Directions: Each line from the start of the data below through the one containing "#5=PRODUCT_DEFINITION_CONTEXT('',#1,'design');" must be reproduced exactly.

(Dataset entries)
------

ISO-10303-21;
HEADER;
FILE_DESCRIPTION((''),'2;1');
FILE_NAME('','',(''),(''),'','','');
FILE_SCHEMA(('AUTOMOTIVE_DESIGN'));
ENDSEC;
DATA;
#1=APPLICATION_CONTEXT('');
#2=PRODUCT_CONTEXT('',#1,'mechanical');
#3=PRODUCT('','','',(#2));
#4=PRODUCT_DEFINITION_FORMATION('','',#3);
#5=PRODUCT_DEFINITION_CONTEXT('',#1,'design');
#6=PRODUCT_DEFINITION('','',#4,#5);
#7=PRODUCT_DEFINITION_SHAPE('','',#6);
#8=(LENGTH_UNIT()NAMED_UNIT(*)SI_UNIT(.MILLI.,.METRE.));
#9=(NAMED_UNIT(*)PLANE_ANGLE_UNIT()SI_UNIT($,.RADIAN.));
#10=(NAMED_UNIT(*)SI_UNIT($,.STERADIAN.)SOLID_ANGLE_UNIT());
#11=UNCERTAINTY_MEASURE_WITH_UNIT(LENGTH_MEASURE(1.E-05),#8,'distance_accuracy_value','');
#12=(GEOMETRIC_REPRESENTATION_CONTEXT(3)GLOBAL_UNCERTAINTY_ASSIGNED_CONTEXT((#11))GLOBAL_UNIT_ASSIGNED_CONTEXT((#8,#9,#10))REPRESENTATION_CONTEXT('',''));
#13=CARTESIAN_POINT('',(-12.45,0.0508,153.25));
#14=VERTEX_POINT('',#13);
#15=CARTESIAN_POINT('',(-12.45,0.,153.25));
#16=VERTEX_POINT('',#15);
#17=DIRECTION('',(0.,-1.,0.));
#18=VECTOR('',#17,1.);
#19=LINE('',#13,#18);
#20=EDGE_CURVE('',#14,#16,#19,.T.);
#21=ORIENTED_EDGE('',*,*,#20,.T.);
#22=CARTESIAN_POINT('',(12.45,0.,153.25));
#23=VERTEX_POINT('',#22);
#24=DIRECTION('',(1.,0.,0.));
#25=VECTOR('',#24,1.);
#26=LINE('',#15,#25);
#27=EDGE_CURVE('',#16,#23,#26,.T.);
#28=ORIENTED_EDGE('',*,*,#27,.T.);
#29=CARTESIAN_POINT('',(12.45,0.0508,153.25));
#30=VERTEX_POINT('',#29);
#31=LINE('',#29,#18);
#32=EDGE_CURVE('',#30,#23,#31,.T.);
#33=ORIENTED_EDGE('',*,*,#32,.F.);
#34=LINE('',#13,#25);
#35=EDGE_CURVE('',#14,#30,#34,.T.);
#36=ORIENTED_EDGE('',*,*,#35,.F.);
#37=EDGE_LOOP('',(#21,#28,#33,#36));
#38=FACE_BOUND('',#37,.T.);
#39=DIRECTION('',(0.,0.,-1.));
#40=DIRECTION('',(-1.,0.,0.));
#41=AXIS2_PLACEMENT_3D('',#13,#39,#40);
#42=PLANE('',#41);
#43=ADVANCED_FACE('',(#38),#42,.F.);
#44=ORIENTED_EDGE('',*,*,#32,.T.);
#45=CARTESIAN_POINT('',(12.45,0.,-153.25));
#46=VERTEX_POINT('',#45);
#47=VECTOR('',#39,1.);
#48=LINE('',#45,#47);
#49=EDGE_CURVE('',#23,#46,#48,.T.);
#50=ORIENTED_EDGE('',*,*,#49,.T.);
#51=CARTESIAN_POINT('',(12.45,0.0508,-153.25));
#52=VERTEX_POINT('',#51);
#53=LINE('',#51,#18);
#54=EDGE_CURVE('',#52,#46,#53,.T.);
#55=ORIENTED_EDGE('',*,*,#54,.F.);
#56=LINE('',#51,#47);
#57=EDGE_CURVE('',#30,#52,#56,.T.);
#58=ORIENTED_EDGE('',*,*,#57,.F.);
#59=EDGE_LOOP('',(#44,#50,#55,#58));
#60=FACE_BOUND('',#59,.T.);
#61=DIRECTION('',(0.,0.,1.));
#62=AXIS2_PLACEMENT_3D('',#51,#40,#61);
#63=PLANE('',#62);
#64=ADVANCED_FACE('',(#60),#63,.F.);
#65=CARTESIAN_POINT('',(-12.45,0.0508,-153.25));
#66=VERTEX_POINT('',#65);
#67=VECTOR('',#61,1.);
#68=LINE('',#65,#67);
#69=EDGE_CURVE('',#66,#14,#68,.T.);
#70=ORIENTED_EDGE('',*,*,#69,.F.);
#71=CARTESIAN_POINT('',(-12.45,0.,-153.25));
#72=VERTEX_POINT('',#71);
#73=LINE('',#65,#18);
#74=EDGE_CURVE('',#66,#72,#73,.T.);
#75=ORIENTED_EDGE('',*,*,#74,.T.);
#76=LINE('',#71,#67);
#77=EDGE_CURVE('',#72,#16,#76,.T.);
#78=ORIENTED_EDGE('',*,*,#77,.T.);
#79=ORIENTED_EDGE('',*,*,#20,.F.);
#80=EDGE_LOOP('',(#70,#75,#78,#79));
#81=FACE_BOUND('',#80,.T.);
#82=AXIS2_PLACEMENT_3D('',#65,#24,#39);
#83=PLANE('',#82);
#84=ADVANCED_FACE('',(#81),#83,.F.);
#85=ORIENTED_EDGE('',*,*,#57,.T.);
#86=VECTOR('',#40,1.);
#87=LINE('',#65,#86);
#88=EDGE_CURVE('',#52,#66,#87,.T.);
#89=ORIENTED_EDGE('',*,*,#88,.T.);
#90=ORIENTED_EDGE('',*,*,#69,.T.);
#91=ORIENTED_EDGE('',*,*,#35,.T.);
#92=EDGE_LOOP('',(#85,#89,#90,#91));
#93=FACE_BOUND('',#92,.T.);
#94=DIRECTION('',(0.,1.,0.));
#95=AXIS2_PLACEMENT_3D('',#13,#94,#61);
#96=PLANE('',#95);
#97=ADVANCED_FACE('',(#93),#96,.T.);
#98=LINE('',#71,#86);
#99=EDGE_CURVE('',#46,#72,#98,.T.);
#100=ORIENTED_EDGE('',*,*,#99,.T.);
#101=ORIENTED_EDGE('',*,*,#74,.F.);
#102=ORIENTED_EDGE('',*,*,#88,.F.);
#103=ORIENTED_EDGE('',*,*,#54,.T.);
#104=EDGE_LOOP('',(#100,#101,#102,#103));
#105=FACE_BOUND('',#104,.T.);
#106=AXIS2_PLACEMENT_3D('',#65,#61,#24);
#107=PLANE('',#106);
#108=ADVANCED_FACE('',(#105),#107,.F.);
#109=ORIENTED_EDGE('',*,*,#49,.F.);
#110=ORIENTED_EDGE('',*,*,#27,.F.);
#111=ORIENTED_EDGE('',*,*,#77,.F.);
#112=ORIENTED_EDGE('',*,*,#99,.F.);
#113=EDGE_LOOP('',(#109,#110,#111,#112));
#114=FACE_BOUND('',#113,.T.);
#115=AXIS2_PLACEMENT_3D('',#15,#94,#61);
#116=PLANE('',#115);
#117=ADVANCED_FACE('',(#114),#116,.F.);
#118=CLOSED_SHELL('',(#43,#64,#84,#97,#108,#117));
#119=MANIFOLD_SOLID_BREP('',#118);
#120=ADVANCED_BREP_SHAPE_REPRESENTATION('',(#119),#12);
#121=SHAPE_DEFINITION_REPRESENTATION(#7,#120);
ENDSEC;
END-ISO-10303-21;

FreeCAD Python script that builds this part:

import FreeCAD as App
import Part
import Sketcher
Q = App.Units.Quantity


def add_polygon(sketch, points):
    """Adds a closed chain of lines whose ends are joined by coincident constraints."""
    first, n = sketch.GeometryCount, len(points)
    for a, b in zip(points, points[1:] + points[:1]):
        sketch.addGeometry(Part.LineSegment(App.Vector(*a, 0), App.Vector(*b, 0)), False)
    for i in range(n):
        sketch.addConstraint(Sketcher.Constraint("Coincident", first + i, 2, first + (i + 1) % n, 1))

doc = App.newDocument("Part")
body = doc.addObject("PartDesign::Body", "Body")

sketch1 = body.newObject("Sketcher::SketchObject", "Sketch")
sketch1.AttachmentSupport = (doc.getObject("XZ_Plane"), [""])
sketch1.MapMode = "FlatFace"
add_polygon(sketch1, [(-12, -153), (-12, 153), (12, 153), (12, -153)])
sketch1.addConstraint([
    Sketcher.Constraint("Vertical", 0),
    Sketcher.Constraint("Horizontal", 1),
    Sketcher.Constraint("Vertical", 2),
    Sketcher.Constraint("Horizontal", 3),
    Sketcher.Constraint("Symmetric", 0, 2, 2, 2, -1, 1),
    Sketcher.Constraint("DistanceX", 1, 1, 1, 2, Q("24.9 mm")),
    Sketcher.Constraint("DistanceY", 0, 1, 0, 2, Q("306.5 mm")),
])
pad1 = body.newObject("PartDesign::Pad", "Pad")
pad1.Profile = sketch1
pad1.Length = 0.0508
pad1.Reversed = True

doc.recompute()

------

Final answer:
ISO-10303-21;
HEADER;
FILE_DESCRIPTION((''),'2;1');
FILE_NAME('','',(''),(''),'','','');
FILE_SCHEMA(('AUTOMOTIVE_DESIGN'));
ENDSEC;
DATA;
#1=APPLICATION_CONTEXT('');
#2=PRODUCT_CONTEXT('',#1,'mechanical');
#3=PRODUCT('','','',(#2));
#4=PRODUCT_DEFINITION_FORMATION('','',#3);
#5=PRODUCT_DEFINITION_CONTEXT('',#1,'design');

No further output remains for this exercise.